Why Am I Struggling With Fatigue and Anxiety?
Why do I feel so tired and anxious and my neighbor doesn’t? The saying goes, we are all in the same storm, but we all have different boats.
For example, your neighbor may have a spouse, so someones physically there. But, you may live alone, which can lead to quarantine depression. While we are lucky to have video chats and phone calls, they don’t fill the same needs.
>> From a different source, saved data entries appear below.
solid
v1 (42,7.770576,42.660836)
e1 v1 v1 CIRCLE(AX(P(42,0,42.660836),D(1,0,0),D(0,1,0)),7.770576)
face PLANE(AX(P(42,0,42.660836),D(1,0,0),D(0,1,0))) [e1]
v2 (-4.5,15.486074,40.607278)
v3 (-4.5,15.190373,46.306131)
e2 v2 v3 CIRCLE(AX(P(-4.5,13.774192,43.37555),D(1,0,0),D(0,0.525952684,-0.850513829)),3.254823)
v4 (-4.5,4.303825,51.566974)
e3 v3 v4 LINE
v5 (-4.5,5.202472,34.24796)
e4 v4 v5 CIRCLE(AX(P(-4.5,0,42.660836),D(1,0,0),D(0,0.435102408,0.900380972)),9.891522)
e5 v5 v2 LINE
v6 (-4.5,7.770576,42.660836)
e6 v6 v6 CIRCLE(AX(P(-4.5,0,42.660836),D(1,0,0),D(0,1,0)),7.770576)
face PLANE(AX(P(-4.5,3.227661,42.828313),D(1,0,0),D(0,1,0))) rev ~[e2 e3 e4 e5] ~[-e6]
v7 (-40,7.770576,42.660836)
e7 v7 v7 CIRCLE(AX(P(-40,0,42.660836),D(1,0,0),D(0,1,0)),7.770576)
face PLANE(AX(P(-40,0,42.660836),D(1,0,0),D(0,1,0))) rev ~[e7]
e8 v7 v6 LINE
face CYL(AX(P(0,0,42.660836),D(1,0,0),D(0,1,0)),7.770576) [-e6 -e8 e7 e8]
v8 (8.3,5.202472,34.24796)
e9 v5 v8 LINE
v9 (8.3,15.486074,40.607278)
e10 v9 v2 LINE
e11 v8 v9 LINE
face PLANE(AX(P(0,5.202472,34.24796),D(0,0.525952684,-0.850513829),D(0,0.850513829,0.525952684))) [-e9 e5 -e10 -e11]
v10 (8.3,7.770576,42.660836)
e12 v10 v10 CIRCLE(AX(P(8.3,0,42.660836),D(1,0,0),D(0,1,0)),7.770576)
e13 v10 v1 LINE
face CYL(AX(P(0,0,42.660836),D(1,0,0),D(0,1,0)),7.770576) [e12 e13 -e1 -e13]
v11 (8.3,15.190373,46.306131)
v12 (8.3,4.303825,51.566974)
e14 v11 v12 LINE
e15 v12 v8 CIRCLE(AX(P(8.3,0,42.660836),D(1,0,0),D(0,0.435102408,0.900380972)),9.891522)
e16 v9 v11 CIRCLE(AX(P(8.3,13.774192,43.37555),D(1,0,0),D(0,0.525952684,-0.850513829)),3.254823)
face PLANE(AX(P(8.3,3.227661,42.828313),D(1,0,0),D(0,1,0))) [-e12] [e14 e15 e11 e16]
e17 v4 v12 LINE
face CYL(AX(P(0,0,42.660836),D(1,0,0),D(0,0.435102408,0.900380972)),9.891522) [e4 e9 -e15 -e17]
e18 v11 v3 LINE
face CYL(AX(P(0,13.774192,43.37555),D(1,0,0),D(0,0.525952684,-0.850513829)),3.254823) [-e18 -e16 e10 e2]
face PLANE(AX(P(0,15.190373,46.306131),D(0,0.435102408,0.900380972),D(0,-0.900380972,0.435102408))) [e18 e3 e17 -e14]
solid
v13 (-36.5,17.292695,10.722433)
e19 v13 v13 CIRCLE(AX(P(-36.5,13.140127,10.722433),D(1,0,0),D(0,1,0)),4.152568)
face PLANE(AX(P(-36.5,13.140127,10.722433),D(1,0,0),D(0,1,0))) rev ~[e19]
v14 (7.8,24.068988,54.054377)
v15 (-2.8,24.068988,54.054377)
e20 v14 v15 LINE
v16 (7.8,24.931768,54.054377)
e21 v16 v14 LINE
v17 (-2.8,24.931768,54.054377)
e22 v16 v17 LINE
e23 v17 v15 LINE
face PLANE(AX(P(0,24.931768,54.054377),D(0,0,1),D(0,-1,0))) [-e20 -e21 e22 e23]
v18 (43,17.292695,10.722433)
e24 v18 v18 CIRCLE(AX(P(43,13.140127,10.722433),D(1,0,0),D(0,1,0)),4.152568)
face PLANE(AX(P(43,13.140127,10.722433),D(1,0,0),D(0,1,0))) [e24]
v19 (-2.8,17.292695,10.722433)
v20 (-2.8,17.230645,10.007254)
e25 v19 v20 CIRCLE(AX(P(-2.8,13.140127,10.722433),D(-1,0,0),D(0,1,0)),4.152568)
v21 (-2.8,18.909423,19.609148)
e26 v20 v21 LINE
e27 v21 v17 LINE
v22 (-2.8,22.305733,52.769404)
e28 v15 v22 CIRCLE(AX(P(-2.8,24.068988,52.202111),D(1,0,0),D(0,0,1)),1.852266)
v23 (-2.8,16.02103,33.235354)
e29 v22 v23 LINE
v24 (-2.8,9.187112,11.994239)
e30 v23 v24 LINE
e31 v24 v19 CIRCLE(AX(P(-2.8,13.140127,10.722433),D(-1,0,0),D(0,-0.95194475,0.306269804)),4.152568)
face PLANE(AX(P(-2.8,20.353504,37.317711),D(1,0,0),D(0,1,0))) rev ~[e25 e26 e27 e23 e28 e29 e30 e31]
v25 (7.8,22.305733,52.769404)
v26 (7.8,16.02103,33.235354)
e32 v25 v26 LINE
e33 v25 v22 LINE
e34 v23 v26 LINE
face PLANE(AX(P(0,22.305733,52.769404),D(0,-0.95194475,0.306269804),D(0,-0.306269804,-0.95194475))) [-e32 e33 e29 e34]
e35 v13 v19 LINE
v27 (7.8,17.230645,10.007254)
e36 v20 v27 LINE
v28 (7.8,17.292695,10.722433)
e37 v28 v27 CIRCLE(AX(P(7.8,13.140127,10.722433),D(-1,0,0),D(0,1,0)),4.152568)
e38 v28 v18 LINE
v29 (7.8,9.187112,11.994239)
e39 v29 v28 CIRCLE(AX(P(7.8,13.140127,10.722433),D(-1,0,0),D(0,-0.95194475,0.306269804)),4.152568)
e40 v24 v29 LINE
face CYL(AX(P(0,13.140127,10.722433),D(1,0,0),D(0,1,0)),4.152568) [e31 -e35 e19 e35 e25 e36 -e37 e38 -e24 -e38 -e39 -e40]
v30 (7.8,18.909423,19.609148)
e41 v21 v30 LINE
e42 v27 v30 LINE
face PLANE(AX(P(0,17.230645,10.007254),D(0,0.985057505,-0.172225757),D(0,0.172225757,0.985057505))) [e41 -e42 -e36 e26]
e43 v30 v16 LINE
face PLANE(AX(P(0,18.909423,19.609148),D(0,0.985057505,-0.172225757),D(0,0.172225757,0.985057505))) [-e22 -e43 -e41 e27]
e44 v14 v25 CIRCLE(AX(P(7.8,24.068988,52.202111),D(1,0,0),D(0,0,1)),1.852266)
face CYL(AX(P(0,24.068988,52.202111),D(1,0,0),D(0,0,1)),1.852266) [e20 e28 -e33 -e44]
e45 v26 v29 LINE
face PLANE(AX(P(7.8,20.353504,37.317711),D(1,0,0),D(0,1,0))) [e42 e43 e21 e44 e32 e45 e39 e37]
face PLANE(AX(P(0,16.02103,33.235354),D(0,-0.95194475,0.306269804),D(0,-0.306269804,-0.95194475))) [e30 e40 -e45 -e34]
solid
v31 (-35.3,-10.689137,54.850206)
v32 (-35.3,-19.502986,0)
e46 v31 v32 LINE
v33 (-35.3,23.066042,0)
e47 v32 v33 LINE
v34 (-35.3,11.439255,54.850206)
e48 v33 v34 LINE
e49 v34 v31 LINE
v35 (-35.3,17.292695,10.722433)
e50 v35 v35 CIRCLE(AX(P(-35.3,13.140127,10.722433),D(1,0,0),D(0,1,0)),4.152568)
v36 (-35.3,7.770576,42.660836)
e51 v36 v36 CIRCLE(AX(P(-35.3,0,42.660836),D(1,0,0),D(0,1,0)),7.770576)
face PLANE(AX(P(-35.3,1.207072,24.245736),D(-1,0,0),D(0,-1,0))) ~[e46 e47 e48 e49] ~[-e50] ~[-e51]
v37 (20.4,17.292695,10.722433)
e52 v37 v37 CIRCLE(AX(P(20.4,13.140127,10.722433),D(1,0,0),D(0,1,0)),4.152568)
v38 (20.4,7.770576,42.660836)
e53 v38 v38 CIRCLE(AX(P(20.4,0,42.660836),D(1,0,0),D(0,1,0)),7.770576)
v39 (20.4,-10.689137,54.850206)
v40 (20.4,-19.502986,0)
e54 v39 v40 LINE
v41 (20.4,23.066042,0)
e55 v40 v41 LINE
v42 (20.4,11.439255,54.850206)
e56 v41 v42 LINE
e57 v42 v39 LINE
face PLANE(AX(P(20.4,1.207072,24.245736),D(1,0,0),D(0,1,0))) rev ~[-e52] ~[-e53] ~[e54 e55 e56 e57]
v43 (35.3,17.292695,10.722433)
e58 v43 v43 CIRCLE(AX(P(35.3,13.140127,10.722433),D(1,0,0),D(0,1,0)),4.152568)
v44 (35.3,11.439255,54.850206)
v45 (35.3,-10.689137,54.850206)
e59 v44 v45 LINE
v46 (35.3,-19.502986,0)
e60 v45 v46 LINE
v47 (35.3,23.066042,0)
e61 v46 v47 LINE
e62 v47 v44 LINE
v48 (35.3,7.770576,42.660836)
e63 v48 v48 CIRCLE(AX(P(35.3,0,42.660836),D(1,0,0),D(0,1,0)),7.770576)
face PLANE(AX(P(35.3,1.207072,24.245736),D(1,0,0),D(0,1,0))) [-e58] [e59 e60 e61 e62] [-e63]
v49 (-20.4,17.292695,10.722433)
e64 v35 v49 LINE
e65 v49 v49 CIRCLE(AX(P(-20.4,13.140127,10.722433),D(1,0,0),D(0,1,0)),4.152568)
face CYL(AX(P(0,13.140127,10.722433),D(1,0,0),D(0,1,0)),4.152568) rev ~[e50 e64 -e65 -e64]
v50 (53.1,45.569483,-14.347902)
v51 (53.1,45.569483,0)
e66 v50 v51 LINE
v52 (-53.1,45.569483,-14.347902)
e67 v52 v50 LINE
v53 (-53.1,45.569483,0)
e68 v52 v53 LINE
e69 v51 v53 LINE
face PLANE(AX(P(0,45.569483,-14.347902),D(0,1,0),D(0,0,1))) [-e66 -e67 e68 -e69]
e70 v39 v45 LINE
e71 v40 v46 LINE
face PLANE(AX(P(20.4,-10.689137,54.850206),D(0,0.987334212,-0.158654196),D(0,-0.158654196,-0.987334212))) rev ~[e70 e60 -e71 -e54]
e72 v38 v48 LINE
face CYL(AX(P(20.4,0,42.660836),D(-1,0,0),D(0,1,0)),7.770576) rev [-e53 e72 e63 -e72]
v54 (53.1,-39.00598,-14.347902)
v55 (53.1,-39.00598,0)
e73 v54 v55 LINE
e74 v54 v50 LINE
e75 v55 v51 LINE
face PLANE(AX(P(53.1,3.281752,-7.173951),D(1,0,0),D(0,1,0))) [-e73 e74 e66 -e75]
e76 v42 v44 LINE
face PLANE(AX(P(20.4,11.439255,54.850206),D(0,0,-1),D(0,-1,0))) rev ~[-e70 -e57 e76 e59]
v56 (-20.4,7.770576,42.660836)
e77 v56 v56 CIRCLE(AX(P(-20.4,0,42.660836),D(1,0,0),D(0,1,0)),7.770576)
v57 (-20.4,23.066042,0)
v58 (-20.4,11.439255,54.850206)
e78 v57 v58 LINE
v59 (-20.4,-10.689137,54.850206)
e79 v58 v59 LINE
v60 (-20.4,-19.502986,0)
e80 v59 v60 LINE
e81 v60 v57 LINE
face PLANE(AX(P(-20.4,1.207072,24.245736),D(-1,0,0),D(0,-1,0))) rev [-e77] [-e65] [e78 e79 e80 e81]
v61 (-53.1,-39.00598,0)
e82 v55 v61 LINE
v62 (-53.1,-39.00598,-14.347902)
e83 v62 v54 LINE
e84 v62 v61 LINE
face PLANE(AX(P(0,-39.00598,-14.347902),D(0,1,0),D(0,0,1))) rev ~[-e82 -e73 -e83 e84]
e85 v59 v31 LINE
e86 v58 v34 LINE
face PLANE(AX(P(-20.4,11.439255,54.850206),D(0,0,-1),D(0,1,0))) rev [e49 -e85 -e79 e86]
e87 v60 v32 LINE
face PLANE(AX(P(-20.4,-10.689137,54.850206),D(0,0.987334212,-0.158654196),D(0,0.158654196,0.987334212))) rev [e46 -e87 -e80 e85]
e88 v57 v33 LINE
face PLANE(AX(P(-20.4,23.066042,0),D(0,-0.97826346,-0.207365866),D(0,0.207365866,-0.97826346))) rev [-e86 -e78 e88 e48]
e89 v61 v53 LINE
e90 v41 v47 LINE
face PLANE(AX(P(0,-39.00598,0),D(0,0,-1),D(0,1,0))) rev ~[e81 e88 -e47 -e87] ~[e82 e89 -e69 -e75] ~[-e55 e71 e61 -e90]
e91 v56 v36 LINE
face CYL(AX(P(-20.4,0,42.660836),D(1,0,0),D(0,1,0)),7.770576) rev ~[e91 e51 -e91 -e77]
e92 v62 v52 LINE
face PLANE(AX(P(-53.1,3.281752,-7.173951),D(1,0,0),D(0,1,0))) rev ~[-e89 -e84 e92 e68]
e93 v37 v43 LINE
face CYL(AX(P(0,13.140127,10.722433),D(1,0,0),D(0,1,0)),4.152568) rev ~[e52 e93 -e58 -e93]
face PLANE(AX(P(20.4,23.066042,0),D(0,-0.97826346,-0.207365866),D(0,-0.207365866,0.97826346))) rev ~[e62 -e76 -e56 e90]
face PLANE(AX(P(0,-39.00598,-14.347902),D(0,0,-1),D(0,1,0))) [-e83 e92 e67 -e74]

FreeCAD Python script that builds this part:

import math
import FreeCAD as App
import Part
import Sketcher

V = App.Vector
Q = App.Units.Quantity


def add_polygon(sketch, points):
    """Adds a closed chain of lines whose ends are joined by coincident constraints."""
    first, n = sketch.GeometryCount, len(points)
    for a, b in zip(points, points[1:] + points[:1]):
        sketch.addGeometry(Part.LineSegment(App.Vector(*a, 0), App.Vector(*b, 0)), False)
    for i in range(n):
        sketch.addConstraint(Sketcher.Constraint("Coincident", first + i, 2, first + (i + 1) % n, 1))

doc = App.newDocument("Part")
body = doc.addObject("PartDesign::Body", "Body")

sketch1 = doc.addObject("Sketcher::SketchObject", "Sketch")
body.addObject(sketch1)
sketch1.AttachmentSupport = (doc.YZ_Plane, [""])
sketch1.MapMode = "FlatFace"
add_polygon(sketch1, [(-39, 0), (-39, -14), (46, -14), (46, 0)])
sketch1.addConstraint(Sketcher.Constraint("Vertical", 0))
sketch1.addConstraint(Sketcher.Constraint("Horizontal", 1))
sketch1.addConstraint(Sketcher.Constraint("Vertical", 2))
sketch1.addConstraint(Sketcher.Constraint("Horizontal", 3))
sketch1.addConstraint(Sketcher.Constraint("PointOnObject", 2, 2, -1))
sketch1.addConstraint(Sketcher.Constraint("DistanceX", 1, 1, 1, 2, Q("84.575463 mm")))
sketch1.addConstraint(Sketcher.Constraint("DistanceY", 0, 2, 0, 1, Q("14.347902 mm")))
sketch1.addConstraint(Sketcher.Constraint("DistanceX", 0, 2, -1, 1, Q("39.00598 mm")))
pad1 = doc.addObject("PartDesign::Pad", "Pad")
body.addObject(pad1)
pad1.Profile = sketch1
pad1.Length = 106.2
pad1.Midplane = True

sketch2 = doc.addObject("Sketcher::SketchObject", "Sketch001")
body.addObject(sketch2)
sketch2.AttachmentSupport = (doc.YZ_Plane, [""])
sketch2.MapMode = "FlatFace"
sketch2.AttachmentOffset = App.Placement(V(0, 0, 20.4), App.Rotation())
add_polygon(sketch2, [(-11, 55), (-20, 0), (23, 0), (11, 55)])
sketch2.addGeometry(Part.Circle(V(0, 43, 0), V(0, 0, 1), 8), False)
sketch2.addConstraint(Sketcher.Constraint("Horizontal", 1))
sketch2.addConstraint(Sketcher.Constraint("Horizontal", 3))
sketch2.addConstraint(Sketcher.Constraint("PointOnObject", 4, 3, -2))
sketch2.addConstraint(Sketcher.Constraint("PointOnObject", 0, 2, -1))
sketch2.addConstraint(Sketcher.Constraint("Diameter", 4, Q("15.541151 mm")))
sketch2.addConstraint(Sketcher.Constraint("DistanceX", 1, 1, 1, 2, Q("42.569028 mm")))
sketch2.addConstraint(Sketcher.Constraint("Distance", 0, Q("55.553839 mm")))
sketch2.addConstraint(Sketcher.Constraint("Distance", 2, Q("56.068951 mm")))
sketch2.addConstraint(Sketcher.Constraint("DistanceX", 3, 2, 3, 1, Q("22.128392 mm")))
sketch2.addConstraint(Sketcher.Constraint("DistanceX", -1, 1, 1, 2, Q("23.066042 mm")))
sketch2.addConstraint(Sketcher.Constraint("DistanceY", 4, 3, 2, 2, Q("12.18937 mm")))
pad2 = doc.addObject("PartDesign::Pad", "Pad001")
body.addObject(pad2)
pad2.Profile = sketch2
pad2.Length = 14.9
body2 = doc.addObject("PartDesign::Body", "Body001")
doc.recompute()

body2.BaseFeature = body
doc.recompute()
Many parents have been forced to play a more active role in their child’s education. Children are home all day, parents trying to work from home, and manage a household, no wonder they are exhausted and feeling “blue.”
Many people lost their jobs because of covid. While nearly two-thirds or 63 percent of Americans now live paycheck to paycheck. But for those who have not returned to work, the financial debt building up can cause anxiety and depression.
But how do you know if it is covid anxiety, covid depression, or a mental health issue?
Catherine Powers-James, Ph.D., a clinical psychologist, states, “While it is normal to have frequent thoughts of Covid-19, be mindful of these thoughts become more frequent, or start to impact your daily life.”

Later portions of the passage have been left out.